*** Opening of Information shown ***

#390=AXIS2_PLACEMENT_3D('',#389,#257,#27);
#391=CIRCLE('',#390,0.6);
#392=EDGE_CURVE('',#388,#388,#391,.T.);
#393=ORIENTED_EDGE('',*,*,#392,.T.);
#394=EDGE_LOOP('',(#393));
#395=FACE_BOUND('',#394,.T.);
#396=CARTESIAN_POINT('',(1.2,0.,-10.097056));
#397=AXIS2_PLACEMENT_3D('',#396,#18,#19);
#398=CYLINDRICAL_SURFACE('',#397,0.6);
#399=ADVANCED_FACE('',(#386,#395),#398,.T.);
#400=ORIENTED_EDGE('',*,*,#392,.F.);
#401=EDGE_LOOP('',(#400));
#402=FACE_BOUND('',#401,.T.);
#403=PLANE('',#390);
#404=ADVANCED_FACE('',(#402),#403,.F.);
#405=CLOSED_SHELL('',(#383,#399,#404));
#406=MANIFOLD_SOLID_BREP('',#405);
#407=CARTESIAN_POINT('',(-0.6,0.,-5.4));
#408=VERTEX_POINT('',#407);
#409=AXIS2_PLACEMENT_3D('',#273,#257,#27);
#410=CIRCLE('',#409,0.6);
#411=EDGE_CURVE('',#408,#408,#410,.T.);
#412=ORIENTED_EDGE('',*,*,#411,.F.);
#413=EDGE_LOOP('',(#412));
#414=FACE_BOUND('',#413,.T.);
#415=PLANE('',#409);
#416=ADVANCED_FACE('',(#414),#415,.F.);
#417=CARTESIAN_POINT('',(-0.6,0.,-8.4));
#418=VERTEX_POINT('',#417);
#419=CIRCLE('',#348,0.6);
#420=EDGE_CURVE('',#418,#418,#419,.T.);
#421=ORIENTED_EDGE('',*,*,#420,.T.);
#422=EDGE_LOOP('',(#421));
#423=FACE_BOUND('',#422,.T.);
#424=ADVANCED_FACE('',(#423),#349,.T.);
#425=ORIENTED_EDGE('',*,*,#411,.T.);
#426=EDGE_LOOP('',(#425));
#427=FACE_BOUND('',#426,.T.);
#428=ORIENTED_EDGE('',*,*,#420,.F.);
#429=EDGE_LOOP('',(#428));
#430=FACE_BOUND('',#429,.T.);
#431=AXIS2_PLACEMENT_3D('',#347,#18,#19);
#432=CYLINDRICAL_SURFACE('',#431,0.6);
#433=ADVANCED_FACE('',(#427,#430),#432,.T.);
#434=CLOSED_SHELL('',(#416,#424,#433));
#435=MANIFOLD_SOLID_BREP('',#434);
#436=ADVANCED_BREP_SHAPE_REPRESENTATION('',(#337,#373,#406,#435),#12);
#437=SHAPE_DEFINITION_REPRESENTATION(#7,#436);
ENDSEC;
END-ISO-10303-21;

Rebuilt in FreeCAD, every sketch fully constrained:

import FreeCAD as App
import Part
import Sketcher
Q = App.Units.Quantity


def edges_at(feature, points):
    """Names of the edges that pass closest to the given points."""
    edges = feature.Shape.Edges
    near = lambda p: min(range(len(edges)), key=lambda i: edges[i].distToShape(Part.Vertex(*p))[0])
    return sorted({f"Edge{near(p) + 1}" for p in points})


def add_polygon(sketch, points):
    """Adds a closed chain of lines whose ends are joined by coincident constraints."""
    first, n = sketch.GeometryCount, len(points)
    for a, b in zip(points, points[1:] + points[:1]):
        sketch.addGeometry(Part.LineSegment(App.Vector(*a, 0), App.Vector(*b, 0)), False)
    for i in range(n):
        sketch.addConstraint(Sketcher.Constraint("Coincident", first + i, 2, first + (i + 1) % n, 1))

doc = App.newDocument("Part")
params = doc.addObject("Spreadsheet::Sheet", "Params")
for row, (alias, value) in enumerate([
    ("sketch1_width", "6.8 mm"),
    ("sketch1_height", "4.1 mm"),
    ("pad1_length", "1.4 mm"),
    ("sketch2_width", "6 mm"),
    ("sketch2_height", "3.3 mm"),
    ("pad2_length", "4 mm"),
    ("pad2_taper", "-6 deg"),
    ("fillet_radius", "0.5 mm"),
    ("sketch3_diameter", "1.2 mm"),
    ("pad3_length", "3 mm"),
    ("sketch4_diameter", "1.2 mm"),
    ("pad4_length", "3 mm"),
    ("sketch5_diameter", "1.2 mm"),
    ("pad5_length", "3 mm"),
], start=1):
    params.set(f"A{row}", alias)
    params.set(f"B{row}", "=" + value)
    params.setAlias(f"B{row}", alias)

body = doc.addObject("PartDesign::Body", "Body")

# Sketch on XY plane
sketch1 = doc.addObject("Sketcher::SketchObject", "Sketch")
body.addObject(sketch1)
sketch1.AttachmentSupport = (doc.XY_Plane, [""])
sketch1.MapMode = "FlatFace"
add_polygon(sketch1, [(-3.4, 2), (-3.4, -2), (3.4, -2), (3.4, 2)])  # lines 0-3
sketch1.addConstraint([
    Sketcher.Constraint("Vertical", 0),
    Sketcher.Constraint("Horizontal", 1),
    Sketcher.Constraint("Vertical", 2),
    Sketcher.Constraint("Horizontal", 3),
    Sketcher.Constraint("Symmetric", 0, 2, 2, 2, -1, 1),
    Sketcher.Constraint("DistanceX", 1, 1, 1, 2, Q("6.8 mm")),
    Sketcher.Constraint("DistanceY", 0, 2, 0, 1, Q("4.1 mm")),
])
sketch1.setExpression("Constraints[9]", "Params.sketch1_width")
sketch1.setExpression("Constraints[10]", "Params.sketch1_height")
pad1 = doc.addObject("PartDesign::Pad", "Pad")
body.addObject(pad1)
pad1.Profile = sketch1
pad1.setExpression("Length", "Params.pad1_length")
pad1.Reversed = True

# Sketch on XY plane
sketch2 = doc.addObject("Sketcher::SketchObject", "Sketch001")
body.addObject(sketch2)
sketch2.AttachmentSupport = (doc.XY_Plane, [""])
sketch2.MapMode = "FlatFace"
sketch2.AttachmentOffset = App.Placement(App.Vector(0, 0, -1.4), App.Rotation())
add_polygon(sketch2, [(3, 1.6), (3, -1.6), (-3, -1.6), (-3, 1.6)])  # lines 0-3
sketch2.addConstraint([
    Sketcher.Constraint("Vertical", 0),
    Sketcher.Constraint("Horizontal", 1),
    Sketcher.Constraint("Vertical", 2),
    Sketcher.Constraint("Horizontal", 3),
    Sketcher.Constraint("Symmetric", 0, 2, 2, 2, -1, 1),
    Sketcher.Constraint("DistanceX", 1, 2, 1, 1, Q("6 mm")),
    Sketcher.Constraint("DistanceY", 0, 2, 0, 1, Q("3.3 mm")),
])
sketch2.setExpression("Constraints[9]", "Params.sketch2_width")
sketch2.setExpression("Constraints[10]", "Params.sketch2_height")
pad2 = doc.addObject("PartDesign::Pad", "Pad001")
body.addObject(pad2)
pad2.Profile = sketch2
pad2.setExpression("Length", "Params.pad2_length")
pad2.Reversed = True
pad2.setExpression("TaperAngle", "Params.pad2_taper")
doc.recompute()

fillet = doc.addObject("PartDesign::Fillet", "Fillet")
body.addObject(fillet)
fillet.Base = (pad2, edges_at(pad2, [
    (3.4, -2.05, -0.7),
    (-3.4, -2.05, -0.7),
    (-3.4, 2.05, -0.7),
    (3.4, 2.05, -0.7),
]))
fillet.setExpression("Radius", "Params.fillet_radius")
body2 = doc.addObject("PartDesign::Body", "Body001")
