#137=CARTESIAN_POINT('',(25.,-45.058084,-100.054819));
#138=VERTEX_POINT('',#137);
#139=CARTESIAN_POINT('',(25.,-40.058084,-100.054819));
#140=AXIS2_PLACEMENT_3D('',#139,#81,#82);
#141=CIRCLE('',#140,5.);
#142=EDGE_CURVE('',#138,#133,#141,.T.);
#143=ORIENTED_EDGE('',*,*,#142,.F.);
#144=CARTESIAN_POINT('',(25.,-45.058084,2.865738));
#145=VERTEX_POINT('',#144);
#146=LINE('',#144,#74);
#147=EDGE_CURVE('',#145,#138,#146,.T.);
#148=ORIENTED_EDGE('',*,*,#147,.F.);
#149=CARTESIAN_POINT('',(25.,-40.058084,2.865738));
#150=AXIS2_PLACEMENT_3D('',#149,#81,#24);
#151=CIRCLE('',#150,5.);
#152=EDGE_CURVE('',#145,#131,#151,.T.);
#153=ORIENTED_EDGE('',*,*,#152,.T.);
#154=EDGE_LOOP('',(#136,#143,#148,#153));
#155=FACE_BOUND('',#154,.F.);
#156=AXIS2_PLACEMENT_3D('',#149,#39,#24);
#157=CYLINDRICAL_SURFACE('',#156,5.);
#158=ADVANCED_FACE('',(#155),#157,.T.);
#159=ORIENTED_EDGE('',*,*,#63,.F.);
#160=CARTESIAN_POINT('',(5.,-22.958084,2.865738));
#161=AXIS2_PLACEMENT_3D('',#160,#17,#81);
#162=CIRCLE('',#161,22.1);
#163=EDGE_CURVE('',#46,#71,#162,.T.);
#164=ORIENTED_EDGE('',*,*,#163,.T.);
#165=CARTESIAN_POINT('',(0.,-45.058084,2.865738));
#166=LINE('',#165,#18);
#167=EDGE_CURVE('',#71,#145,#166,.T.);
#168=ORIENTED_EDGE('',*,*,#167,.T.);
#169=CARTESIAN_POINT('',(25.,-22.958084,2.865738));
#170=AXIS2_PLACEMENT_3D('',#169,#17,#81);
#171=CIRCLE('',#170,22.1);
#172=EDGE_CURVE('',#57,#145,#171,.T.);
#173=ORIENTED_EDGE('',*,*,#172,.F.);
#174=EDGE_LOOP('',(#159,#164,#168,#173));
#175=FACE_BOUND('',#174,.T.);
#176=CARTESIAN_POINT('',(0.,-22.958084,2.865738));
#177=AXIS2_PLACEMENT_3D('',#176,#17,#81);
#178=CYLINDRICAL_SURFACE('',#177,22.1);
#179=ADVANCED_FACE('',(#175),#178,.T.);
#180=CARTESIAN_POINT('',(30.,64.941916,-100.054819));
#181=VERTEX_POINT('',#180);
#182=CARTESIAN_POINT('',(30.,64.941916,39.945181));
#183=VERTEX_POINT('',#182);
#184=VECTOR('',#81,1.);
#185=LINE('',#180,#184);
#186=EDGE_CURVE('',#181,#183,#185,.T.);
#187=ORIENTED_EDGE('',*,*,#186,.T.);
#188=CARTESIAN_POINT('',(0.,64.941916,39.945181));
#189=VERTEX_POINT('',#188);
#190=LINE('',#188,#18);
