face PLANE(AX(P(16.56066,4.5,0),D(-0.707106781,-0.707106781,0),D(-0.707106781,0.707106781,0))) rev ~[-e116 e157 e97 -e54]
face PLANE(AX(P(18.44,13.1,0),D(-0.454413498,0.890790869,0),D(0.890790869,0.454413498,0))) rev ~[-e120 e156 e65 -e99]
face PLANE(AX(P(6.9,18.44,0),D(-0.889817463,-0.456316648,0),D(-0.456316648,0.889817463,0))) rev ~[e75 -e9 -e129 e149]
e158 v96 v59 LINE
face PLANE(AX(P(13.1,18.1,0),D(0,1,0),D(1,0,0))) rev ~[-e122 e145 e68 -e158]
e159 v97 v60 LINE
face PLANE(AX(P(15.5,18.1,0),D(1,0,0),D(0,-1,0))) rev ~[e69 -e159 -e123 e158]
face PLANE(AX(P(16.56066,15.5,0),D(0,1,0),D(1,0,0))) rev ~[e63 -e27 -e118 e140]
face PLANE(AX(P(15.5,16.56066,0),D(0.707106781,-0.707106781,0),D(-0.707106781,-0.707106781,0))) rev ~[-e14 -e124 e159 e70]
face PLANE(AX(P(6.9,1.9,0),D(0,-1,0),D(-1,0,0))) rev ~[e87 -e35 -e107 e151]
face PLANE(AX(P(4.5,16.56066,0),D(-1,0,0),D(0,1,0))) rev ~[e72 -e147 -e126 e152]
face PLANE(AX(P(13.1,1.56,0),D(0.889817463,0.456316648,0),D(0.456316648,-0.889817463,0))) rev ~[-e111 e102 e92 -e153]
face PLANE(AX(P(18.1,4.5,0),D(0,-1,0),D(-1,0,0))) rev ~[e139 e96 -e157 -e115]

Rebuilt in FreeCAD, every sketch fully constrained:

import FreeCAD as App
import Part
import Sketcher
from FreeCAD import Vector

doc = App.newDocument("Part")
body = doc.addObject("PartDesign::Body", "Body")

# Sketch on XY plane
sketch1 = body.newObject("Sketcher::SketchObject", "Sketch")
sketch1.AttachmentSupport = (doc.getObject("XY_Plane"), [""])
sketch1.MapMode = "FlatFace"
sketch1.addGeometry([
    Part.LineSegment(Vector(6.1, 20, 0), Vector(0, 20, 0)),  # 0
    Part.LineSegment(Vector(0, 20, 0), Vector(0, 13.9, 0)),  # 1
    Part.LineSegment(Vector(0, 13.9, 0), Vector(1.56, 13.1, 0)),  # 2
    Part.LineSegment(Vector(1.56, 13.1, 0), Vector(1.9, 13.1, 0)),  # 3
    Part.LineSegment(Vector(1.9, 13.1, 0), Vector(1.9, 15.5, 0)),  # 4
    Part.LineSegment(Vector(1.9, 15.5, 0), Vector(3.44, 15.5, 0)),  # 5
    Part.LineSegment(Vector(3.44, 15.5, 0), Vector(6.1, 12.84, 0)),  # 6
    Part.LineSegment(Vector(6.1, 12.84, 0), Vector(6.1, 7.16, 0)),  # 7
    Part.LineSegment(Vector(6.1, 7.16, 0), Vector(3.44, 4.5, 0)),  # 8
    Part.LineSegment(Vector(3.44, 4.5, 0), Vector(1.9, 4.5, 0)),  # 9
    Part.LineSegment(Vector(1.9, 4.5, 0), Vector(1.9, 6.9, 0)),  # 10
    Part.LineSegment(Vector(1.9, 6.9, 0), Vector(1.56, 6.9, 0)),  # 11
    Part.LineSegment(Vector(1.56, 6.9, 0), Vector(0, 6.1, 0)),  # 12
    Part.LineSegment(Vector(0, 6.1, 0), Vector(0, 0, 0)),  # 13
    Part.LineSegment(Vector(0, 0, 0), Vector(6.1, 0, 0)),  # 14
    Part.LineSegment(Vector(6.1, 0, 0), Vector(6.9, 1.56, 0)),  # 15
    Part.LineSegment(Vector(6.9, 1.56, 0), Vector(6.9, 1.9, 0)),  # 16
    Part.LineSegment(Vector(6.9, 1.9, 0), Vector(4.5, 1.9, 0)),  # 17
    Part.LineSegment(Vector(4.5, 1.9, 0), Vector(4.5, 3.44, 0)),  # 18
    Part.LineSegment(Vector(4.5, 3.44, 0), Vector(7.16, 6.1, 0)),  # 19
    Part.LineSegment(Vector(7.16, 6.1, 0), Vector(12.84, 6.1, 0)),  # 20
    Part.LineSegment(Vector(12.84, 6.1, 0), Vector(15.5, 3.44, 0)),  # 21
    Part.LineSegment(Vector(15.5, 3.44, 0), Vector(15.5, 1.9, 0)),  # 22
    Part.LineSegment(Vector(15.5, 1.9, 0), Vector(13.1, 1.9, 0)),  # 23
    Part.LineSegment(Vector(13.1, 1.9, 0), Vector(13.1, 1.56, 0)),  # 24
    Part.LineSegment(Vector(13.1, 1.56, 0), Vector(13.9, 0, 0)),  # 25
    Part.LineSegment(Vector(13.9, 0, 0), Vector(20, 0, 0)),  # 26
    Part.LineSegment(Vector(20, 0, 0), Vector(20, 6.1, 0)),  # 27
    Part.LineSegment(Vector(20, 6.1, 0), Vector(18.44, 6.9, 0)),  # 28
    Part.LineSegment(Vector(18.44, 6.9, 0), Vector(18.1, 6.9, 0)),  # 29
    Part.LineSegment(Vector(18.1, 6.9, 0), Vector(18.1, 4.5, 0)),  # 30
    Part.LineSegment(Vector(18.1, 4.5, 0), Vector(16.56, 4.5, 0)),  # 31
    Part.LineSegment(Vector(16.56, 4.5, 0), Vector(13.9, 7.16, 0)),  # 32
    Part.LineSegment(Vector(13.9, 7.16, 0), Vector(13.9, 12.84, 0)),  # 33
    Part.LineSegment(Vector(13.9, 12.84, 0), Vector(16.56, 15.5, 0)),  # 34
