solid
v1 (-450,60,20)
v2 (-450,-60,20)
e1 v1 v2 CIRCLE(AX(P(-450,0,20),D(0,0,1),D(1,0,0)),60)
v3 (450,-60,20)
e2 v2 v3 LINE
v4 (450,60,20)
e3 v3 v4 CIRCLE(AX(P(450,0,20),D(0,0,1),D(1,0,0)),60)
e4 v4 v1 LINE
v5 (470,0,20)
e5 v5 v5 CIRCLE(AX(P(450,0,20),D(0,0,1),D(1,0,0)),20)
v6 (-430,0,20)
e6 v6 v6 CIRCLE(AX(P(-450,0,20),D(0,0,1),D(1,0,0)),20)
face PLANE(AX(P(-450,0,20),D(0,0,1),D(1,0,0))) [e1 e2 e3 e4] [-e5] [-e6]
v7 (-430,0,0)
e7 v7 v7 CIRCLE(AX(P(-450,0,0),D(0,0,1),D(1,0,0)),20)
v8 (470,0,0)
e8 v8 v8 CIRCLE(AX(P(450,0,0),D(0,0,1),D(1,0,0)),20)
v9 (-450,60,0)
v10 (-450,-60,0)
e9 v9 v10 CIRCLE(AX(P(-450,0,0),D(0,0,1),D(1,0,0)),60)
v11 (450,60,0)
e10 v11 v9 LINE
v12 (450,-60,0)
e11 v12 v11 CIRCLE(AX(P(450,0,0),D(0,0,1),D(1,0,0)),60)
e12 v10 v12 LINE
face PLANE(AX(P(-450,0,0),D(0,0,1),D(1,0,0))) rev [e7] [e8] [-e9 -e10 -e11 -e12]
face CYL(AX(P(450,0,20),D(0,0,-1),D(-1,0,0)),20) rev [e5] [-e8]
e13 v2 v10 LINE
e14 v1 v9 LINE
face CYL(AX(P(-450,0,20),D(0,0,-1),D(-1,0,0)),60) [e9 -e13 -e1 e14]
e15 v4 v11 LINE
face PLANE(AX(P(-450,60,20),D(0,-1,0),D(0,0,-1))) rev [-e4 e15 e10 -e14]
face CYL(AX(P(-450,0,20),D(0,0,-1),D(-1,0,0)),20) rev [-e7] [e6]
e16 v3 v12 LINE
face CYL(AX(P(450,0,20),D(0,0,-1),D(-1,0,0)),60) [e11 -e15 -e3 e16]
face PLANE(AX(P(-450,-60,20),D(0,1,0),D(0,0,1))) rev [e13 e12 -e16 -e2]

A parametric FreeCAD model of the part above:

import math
import FreeCAD as App
import Part
import Sketcher

V = App.Vector

doc = App.newDocument("Part")
body = doc.addObject("PartDesign::Body", "Body")

# Sketch on XY plane
sketch1 = doc.addObject("Sketcher::SketchObject", "Sketch")
body.addObject(sketch1)
sketch1.AttachmentSupport = (doc.XY_Plane, [""])
sketch1.MapMode = "FlatFace"
sketch1.addGeometry(Part.LineSegment(V(450, 60, 0), V(-450, 60, 0)), False)
sketch1.addGeometry(Part.ArcOfCircle(Part.Circle(V(-450, 0, 0), V(0, 0, 1), 60), math.radians(90), math.radians(270)), False)
sketch1.addGeometry(Part.LineSegment(V(-450, -60, 0), V(450, -60, 0)), False)
sketch1.addGeometry(Part.ArcOfCircle(Part.Circle(V(450, 0, 0), V(0, 0, 1), 60), math.radians(-90), math.radians(90)), False)
sketch1.addGeometry(Part.Circle(V(450, 0, 0), V(0, 0, 1), 20), False)
sketch1.addGeometry(Part.Circle(V(-450, 0, 0), V(0, 0, 1), 20), False)
sketch1.addConstraint(Sketcher.Constraint("Tangent", 0, 2, 1, 1))
sketch1.addConstraint(Sketcher.Constraint("Tangent", 1, 2, 2, 1))
sketch1.addConstraint(Sketcher.Constraint("Tangent", 2, 2, 3, 1))
sketch1.addConstraint(Sketcher.Constraint("Tangent", 3, 2, 0, 1))
sketch1.addConstraint(Sketcher.Constraint("Horizontal", 0))
sketch1.addConstraint(Sketcher.Constraint("Horizontal", 2))
sketch1.addConstraint(Sketcher.Constraint("Coincident", 4, 3, 3, 3))
sketch1.addConstraint(Sketcher.Constraint("Coincident", 5, 3, 1, 3))
sketch1.addConstraint(Sketcher.Constraint("Equal", 4, 5))
sketch1.addConstraint(Sketcher.Constraint("Symmetric", 1, 3, 3, 3, -1, 1))
sketch1.addConstraint(Sketcher.Constraint("Diameter", 4, 40.0))
sketch1.addConstraint(Sketcher.Constraint("Radius", 1, 60.0))
sketch1.addConstraint(Sketcher.Constraint("DistanceX", 0, 2, 0, 1, 900.0))
pad1 = doc.addObject("PartDesign::Pad", "Pad")
body.addObject(pad1)
pad1.Profile = sketch1
pad1.Length = 20

doc.recompute()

*** Close of Information shown ***

What this task involves: I'd like the lines above from the one with "#397=AXIS2_PLACEMENT_3D('',#396,#18,#19);" up to and including the one with "#433=ADVANCED_FACE('',(#427,#430),#432,.T.);" copied exactly, with no other lines.

Expected answer:
#397=AXIS2_PLACEMENT_3D('',#396,#18,#19);
#398=CYLINDRICAL_SURFACE('',#397,0.6);
#399=ADVANCED_FACE('',(#386,#395),#398,.T.);
#400=ORIENTED_EDGE('',*,*,#392,.F.);
#401=EDGE_LOOP('',(#400));
#402=FACE_BOUND('',#401,.T.);
#403=PLANE('',#390);
#404=ADVANCED_FACE('',(#402),#403,.F.);
#405=CLOSED_SHELL('',(#383,#399,#404));
#406=MANIFOLD_SOLID_BREP('',#405);
#407=CARTESIAN_POINT('',(-0.6,0.,-5.4));
#408=VERTEX_POINT('',#407);
#409=AXIS2_PLACEMENT_3D('',#273,#257,#27);
#410=CIRCLE('',#409,0.6);
#411=EDGE_CURVE('',#408,#408,#410,.T.);
#412=ORIENTED_EDGE('',*,*,#411,.F.);
#413=EDGE_LOOP('',(#412));
#414=FACE_BOUND('',#413,.T.);
#415=PLANE('',#409);
#416=ADVANCED_FACE('',(#414),#415,.F.);
#417=CARTESIAN_POINT('',(-0.6,0.,-8.4));
#418=VERTEX_POINT('',#417);
#419=CIRCLE('',#348,0.6);
#420=EDGE_CURVE('',#418,#418,#419,.T.);
#421=ORIENTED_EDGE('',*,*,#420,.T.);
#422=EDGE_LOOP('',(#421));
#423=FACE_BOUND('',#422,.T.);
#424=ADVANCED_FACE('',(#423),#349,.T.);
#425=ORIENTED_EDGE('',*,*,#411,.T.);
#426=EDGE_LOOP('',(#425));
#427=FACE_BOUND('',#426,.T.);
#428=ORIENTED_EDGE('',*,*,#420,.F.);
#429=EDGE_LOOP('',(#428));
#430=FACE_BOUND('',#429,.T.);
#431=AXIS2_PLACEMENT_3D('',#347,#18,#19);
#432=CYLINDRICAL_SURFACE('',#431,0.6);
#433=ADVANCED_FACE('',(#427,#430),#432,.T.);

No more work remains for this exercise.